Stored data
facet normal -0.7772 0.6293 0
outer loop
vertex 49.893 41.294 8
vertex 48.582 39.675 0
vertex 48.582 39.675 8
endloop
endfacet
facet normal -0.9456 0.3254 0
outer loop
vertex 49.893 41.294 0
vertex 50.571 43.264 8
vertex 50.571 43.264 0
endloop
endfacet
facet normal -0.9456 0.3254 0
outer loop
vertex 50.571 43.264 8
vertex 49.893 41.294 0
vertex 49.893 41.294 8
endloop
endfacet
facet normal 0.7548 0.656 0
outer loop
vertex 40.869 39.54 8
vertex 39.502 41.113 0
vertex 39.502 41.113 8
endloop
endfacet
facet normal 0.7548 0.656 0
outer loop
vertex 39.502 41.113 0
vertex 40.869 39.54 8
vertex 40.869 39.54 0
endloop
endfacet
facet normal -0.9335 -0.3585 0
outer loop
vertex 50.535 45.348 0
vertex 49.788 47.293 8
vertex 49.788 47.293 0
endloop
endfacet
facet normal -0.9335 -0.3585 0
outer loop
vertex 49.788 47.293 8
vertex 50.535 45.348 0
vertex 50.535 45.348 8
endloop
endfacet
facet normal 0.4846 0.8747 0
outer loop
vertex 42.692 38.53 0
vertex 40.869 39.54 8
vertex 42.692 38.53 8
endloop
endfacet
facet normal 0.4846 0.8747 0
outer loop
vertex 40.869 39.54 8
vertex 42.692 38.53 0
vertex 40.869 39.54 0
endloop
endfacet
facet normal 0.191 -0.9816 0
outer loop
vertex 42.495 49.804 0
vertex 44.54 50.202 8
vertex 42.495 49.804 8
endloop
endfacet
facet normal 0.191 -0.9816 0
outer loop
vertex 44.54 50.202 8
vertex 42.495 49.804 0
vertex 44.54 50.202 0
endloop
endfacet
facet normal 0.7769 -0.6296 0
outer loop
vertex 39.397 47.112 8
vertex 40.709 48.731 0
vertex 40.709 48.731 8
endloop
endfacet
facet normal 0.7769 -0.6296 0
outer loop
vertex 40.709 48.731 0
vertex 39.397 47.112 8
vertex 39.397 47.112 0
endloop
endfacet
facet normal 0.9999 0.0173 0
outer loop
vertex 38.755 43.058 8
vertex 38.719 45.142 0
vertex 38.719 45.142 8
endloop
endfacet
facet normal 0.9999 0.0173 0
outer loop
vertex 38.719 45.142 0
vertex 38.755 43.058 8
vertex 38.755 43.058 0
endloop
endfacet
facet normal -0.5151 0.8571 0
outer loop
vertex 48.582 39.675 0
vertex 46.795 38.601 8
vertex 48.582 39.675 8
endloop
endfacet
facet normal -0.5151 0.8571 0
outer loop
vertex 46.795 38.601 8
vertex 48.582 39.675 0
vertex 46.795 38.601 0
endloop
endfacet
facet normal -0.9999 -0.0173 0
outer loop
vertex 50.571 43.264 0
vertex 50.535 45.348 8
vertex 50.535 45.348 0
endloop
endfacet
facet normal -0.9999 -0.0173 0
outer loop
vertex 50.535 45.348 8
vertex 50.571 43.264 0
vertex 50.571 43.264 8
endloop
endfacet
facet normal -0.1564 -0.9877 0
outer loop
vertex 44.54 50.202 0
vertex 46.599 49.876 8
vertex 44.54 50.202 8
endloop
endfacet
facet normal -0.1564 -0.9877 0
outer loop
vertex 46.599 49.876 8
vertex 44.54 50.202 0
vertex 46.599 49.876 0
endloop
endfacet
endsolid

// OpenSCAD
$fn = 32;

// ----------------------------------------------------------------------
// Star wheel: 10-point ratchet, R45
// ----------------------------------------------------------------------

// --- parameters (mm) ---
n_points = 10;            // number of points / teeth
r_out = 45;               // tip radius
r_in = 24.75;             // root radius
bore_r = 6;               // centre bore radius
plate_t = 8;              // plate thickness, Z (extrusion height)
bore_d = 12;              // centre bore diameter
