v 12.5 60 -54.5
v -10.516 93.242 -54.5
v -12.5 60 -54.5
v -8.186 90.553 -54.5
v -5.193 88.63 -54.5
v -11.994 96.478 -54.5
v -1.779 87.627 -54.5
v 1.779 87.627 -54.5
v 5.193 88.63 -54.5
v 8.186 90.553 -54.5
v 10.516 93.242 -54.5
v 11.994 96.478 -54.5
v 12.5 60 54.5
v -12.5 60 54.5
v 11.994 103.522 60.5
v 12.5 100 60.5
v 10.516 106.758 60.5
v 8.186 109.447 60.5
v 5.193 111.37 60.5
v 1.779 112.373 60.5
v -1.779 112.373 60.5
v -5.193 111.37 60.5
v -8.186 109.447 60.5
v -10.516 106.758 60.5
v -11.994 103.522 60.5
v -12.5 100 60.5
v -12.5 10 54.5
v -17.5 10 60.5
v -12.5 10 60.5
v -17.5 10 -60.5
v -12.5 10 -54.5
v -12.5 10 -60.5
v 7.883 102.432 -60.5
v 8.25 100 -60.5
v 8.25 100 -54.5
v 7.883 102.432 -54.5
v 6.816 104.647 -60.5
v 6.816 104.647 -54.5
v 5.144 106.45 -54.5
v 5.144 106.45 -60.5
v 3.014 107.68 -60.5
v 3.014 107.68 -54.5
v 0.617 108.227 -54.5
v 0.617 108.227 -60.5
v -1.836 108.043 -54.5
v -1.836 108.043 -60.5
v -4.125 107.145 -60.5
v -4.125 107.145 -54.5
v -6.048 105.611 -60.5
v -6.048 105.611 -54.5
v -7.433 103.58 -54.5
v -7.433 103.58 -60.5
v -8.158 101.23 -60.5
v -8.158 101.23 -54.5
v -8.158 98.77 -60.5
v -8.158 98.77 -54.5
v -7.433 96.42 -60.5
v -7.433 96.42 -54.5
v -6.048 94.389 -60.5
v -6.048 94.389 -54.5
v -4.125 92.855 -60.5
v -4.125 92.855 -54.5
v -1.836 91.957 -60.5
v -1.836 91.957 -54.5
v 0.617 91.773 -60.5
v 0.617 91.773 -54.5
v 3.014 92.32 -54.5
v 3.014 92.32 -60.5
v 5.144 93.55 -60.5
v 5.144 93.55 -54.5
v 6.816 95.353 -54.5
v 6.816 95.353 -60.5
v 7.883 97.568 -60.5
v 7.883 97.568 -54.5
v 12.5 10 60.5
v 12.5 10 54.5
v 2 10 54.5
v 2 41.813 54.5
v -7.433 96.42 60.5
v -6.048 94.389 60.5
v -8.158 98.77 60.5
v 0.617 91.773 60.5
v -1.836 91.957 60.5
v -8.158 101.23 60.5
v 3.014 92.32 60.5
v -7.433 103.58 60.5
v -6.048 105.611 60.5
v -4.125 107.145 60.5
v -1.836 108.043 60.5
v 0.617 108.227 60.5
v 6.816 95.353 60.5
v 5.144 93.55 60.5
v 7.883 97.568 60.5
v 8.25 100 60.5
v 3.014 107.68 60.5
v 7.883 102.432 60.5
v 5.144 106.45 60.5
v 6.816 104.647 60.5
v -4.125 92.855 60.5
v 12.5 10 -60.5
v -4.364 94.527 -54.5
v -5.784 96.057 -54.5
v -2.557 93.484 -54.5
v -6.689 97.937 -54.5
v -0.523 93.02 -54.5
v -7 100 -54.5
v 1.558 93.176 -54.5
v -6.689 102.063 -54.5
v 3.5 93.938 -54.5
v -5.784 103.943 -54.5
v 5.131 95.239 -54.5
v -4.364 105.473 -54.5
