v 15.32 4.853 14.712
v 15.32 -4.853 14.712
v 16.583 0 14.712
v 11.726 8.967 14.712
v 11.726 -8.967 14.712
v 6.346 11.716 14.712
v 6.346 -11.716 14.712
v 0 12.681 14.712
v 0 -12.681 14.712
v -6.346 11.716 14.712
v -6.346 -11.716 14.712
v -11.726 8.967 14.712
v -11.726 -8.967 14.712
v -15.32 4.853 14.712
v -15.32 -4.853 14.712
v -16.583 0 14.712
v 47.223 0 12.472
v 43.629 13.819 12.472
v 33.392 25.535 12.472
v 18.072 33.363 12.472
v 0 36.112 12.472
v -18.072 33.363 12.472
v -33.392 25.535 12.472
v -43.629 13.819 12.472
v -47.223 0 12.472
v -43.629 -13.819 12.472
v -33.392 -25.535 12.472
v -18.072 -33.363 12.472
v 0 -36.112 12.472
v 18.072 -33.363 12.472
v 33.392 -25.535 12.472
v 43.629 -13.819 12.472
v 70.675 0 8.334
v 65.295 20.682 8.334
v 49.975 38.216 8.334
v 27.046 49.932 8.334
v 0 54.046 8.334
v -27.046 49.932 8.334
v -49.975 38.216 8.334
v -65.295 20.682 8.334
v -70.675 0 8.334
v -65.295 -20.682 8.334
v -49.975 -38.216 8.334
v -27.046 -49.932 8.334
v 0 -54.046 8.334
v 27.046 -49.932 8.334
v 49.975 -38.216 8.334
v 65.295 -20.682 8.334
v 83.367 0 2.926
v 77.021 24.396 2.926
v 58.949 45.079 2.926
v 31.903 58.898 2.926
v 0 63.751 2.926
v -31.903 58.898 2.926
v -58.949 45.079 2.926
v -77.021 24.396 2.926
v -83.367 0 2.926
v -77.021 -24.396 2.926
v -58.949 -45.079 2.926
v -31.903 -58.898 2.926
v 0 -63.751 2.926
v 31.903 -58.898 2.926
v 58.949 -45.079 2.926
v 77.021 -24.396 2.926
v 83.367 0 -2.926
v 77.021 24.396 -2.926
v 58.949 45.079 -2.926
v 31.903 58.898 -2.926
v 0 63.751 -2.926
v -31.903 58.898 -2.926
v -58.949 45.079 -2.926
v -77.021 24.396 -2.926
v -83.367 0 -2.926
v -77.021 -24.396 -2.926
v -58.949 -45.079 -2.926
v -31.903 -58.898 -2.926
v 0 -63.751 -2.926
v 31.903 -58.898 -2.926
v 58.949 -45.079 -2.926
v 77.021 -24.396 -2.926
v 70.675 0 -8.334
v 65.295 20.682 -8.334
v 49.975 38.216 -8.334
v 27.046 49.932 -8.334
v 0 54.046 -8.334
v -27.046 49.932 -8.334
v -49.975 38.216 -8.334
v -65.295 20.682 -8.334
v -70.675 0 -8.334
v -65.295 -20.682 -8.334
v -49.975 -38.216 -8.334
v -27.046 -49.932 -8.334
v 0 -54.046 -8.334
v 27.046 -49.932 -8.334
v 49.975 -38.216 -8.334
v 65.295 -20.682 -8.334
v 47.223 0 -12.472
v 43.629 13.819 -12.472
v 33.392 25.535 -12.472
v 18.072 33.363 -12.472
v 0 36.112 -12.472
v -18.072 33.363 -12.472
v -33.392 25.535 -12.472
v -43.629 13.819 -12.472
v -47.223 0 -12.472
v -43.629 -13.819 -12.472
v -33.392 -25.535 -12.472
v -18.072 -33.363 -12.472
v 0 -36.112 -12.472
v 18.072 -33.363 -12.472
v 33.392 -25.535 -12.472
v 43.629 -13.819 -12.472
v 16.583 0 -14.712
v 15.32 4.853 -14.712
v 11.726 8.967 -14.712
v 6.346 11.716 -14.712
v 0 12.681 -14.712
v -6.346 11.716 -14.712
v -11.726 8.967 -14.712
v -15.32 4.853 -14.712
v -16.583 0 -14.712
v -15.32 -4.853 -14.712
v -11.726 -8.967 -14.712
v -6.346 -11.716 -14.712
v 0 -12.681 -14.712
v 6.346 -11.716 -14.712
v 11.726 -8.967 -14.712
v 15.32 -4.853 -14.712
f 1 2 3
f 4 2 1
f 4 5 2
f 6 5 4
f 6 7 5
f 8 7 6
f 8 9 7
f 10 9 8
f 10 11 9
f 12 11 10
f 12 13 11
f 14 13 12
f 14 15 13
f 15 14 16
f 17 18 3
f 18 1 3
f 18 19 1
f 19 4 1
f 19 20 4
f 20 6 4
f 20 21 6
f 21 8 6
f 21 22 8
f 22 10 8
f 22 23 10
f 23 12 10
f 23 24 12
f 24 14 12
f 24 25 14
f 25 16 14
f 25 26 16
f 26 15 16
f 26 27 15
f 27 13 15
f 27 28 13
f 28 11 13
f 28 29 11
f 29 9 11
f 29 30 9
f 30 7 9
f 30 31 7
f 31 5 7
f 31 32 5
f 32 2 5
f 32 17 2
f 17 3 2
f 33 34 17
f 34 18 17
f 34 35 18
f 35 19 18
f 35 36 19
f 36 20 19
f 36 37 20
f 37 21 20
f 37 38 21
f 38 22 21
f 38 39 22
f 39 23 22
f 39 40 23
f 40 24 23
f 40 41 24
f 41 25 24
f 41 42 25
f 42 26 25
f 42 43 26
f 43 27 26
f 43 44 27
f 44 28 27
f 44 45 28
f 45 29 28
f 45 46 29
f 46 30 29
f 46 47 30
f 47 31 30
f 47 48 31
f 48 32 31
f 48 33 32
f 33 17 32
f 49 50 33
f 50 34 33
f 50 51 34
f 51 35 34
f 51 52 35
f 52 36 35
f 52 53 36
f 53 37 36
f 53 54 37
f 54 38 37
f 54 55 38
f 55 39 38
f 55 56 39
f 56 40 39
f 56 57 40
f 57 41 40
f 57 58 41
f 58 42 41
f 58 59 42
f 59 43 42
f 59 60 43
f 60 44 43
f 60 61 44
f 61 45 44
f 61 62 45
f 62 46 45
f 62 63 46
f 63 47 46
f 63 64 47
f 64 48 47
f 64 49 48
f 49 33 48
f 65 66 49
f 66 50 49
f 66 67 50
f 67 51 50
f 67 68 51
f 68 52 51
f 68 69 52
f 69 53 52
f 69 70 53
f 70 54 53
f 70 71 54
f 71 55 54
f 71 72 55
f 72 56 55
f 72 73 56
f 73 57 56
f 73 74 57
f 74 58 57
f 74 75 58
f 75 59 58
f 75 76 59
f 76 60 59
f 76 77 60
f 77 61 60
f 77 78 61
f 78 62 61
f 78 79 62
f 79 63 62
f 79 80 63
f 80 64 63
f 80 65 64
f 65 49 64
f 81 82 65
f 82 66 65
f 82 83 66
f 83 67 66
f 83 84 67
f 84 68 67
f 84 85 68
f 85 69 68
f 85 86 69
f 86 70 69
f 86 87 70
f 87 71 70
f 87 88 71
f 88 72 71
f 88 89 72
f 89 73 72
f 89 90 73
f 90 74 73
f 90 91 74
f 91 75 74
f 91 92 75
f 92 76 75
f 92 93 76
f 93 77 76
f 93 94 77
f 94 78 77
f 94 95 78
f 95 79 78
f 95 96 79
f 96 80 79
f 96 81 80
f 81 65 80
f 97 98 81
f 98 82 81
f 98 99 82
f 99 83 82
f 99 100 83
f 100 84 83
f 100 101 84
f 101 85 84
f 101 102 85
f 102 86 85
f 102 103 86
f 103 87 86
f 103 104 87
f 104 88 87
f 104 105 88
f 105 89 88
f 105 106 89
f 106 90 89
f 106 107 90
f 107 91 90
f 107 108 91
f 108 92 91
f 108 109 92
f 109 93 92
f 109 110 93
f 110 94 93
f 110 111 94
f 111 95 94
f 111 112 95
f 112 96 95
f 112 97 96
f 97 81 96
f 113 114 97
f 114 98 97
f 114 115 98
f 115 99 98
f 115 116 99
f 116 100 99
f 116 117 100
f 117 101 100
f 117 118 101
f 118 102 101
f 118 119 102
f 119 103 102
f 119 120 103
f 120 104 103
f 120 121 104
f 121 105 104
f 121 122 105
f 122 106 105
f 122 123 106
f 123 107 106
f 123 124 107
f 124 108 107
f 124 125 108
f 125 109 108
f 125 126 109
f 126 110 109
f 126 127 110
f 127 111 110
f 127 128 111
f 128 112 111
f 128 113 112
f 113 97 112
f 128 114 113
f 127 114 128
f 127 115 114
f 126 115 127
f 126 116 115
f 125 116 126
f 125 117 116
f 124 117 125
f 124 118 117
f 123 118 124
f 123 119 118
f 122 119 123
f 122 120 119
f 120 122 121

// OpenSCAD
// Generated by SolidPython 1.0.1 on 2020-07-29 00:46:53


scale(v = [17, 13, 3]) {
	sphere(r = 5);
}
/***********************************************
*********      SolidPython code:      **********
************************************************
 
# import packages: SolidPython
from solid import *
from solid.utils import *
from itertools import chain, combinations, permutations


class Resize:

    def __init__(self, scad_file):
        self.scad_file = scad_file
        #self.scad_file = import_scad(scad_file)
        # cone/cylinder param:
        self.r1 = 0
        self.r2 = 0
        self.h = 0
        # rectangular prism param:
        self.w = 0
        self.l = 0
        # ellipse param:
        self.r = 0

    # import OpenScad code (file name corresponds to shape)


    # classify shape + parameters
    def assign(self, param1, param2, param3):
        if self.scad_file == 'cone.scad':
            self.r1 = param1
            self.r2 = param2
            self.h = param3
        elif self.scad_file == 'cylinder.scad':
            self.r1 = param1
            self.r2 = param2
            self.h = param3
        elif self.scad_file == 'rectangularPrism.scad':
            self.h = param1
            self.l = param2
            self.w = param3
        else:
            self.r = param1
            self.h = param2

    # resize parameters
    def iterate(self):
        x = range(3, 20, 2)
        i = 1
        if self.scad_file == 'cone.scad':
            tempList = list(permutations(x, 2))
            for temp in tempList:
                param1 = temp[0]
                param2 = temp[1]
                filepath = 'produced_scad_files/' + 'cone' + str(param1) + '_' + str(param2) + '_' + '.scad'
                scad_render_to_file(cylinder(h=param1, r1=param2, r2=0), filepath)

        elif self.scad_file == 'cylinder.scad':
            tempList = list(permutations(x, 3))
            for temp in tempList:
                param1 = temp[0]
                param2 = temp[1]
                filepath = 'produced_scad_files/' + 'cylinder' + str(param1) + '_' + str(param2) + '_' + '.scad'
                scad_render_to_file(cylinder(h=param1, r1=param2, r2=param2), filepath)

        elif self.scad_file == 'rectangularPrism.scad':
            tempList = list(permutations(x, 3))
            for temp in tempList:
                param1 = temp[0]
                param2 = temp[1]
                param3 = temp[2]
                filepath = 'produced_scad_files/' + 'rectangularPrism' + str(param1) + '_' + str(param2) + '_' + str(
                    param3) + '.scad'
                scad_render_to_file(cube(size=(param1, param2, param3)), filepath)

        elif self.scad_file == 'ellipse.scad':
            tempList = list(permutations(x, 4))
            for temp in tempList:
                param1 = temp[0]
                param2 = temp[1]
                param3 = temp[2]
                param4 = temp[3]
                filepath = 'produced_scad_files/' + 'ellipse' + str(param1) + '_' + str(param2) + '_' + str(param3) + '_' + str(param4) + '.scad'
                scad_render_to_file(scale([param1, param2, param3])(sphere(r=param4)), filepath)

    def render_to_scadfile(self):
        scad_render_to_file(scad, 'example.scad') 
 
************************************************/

REQUIREMENT:
Only those lines of the entries above that run from the line containing "v 58.949 45.079 -2.926" to the line containing "v 33.392 -25.535 -12.472", both included, should be transcribed exactly.

RESPONSE AREA:
v 58.949 45.079 -2.926
v 31.903 58.898 -2.926
v 0 63.751 -2.926
v -31.903 58.898 -2.926
v -58.949 45.079 -2.926
v -77.021 24.396 -2.926
v -83.367 0 -2.926
v -77.021 -24.396 -2.926
v -58.949 -45.079 -2.926
v -31.903 -58.898 -2.926
v 0 -63.751 -2.926
v 31.903 -58.898 -2.926
v 58.949 -45.079 -2.926
v 77.021 -24.396 -2.926
v 70.675 0 -8.334
v 65.295 20.682 -8.334
v 49.975 38.216 -8.334
v 27.046 49.932 -8.334
v 0 54.046 -8.334
v -27.046 49.932 -8.334
v -49.975 38.216 -8.334
v -65.295 20.682 -8.334
v -70.675 0 -8.334
v -65.295 -20.682 -8.334
v -49.975 -38.216 -8.334
v -27.046 -49.932 -8.334
v 0 -54.046 -8.334
v 27.046 -49.932 -8.334
v 49.975 -38.216 -8.334
v 65.295 -20.682 -8.334
v 47.223 0 -12.472
v 43.629 13.819 -12.472
v 33.392 25.535 -12.472
v 18.072 33.363 -12.472
v 0 36.112 -12.472
v -18.072 33.363 -12.472
v -33.392 25.535 -12.472
v -43.629 13.819 -12.472
v -47.223 0 -12.472
v -43.629 -13.819 -12.472
v -33.392 -25.535 -12.472
v -18.072 -33.363 -12.472
v 0 -36.112 -12.472
v 18.072 -33.363 -12.472
v 33.392 -25.535 -12.472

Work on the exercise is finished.